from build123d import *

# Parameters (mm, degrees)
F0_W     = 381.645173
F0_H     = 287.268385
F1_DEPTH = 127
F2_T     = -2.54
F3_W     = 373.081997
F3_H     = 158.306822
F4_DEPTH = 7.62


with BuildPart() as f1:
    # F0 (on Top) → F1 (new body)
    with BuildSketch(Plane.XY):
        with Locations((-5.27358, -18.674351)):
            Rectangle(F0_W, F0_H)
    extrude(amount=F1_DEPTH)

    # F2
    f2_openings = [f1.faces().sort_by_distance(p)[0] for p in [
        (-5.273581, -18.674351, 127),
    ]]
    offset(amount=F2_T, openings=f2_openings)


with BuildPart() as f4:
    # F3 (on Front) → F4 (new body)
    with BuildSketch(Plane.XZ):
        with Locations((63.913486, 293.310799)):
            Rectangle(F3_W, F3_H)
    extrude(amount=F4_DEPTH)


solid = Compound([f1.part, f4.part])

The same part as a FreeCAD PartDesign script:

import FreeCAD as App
import Part
import Sketcher
Q = App.Units.Quantity


def faces_at(feature, points):
    """Names of the faces that lie closest to the given points."""
    faces = feature.Shape.Faces
    near = lambda p: min(range(len(faces)), key=lambda i: faces[i].distToShape(Part.Vertex(*p))[0])
    return sorted({f"Face{near(p) + 1}" for p in points})

doc = App.newDocument("Part")
params = doc.addObject("Spreadsheet::Sheet", "Params")
for row, (alias, value) in enumerate([
    ("pad1_length", "5 in"),
    ("thickness_wall", "0.1 in"),
    ("pad2_length", "0.3 in"),
], start=1):
    params.set(f"A{row}", alias)
    params.set(f"B{row}", "=" + value)
    params.setAlias(f"B{row}", alias)

body = doc.addObject("PartDesign::Body", "Body")

# Sketch on XY plane
sketch1 = body.newObject("Sketcher::SketchObject", "Sketch")
sketch1.AttachmentSupport = (doc.getObject("XY_Plane"), [""])
sketch1.MapMode = "FlatFace"
sketch1.addGeometry(Part.LineSegment(App.Vector(-196.096167, 124.959841, 0), App.Vector(-196.096167, -162.308544, 0)), False)
sketch1.addGeometry(Part.LineSegment(App.Vector(-196.096167, -162.308544, 0), App.Vector(185.549006, -162.308544, 0)), False)
sketch1.addGeometry(Part.LineSegment(App.Vector(185.549006, -162.308544, 0), App.Vector(185.549006, 124.959841, 0)), False)
sketch1.addGeometry(Part.LineSegment(App.Vector(185.549006, 124.959841, 0), App.Vector(-196.096167, 124.959841, 0)), False)
sketch1.addConstraint(Sketcher.Constraint("Coincident", 0, 2, 1, 1))
sketch1.addConstraint(Sketcher.Constraint("Coincident", 1, 2, 2, 1))
sketch1.addConstraint(Sketcher.Constraint("Coincident", 2, 2, 3, 1))
sketch1.addConstraint(Sketcher.Constraint("Coincident", 3, 2, 0, 1))
sketch1.addConstraint(Sketcher.Constraint("Vertical", 0))
sketch1.addConstraint(Sketcher.Constraint("Horizontal", 1))
sketch1.addConstraint(Sketcher.Constraint("Vertical", 2))
sketch1.addConstraint(Sketcher.Constraint("Horizontal", 3))
sketch1.addConstraint(Sketcher.Constraint("DistanceY", 0, 2, -1, 1, Q("6.3901001 in")))
sketch1.addConstraint(Sketcher.Constraint("DistanceX", 1, 1, 1, 2, Q("381.645173 mm")))
sketch1.addConstraint(Sketcher.Constraint("DistanceY", 0, 2, 0, 1, Q("287.268385 mm")))
sketch1.addConstraint(Sketcher.Constraint("DistanceX", 0, 2, -1, 1, Q("196.096167 mm")))
pad1 = body.newObject("PartDesign::Pad", "Pad")
pad1.Profile = sketch1
pad1.setExpression("Length", "Params.pad1_length")
doc.recompute()

thickness = body.newObject("PartDesign::Thickness", "Thickness")
thickness.Base = (pad1, faces_at(pad1, [(-5.274, -18.674, 127)]))
thickness.setExpression("Value", "Params.thickness_wall")
thickness.Reversed = True
thickness.Join = "Arc"
body2 = doc.addObject("PartDesign::Body", "Body001")

# Sketch on XZ plane
sketch2 = body2.newObject("Sketcher::SketchObject", "Sketch001")
sketch2.AttachmentSupport = (doc.getObject("XZ_Plane001"), [""])
sketch2.MapMode = "FlatFace"
sketch2.addGeometry(Part.LineSegment(App.Vector(-122.627512, 372.46421, 0), App.Vector(-122.627512, 214.157388, 0)), False)
sketch2.addGeometry(Part.LineSegment(App.Vector(-122.627512, 214.157388, 0), App.Vector(250.454485, 214.157388, 0)), False)
sketch2.addGeometry(Part.LineSegment(App.Vector(250.454485, 214.157388, 0), App.Vector(250.454485, 372.46421, 0)), False)
sketch2.addGeometry(Part.LineSegment(App.Vector(250.454485, 372.46421, 0), App.Vector(-122.627512, 372.46421, 0)), False)
sketch2.addConstraint(Sketcher.Constraint("Coincident", 0, 2, 1, 1))
sketch2.addConstraint(Sketcher.Constraint("Coincident", 1, 2, 2, 1))
sketch2.addConstraint(Sketcher.Constraint("Coincident", 2, 2, 3, 1))
sketch2.addConstraint(Sketcher.Constraint("Coincident", 3, 2, 0, 1))
sketch2.addConstraint(Sketcher.Constraint("Vertical", 0))
sketch2.addConstraint(Sketcher.Constraint("Horizontal", 1))
sketch2.addConstraint(Sketcher.Constraint("Vertical", 2))
sketch2.addConstraint(Sketcher.Constraint("Horizontal", 3))
sketch2.addConstraint(Sketcher.Constraint("DistanceY", 0, 2, 0, 1, Q("158.306822 mm")))
sketch2.addConstraint(Sketcher.Constraint("DistanceX", 1, 1, 1, 2, Q("373.081997 mm")))
sketch2.addConstraint(Sketcher.Constraint("DistanceY", -1, 1, 0, 2, Q("214.157388 mm")))
sketch2.addConstraint(Sketcher.Constraint("DistanceX", 0, 2, -1, 1, Q("122.627512 mm")))
pad2 = body2.newObject("PartDesign::Pad", "Pad001")
pad2.Profile = sketch2
pad2.setExpression("Length", "Params.pad2_length")

doc.recompute()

※ ※ ※

**WHAT IS REQUIRED**
Note which lines carry the word "BuildPart" in the material, then copy each of them.

**RESPONSE AREA**
with BuildPart() as f1:
with BuildPart() as f4:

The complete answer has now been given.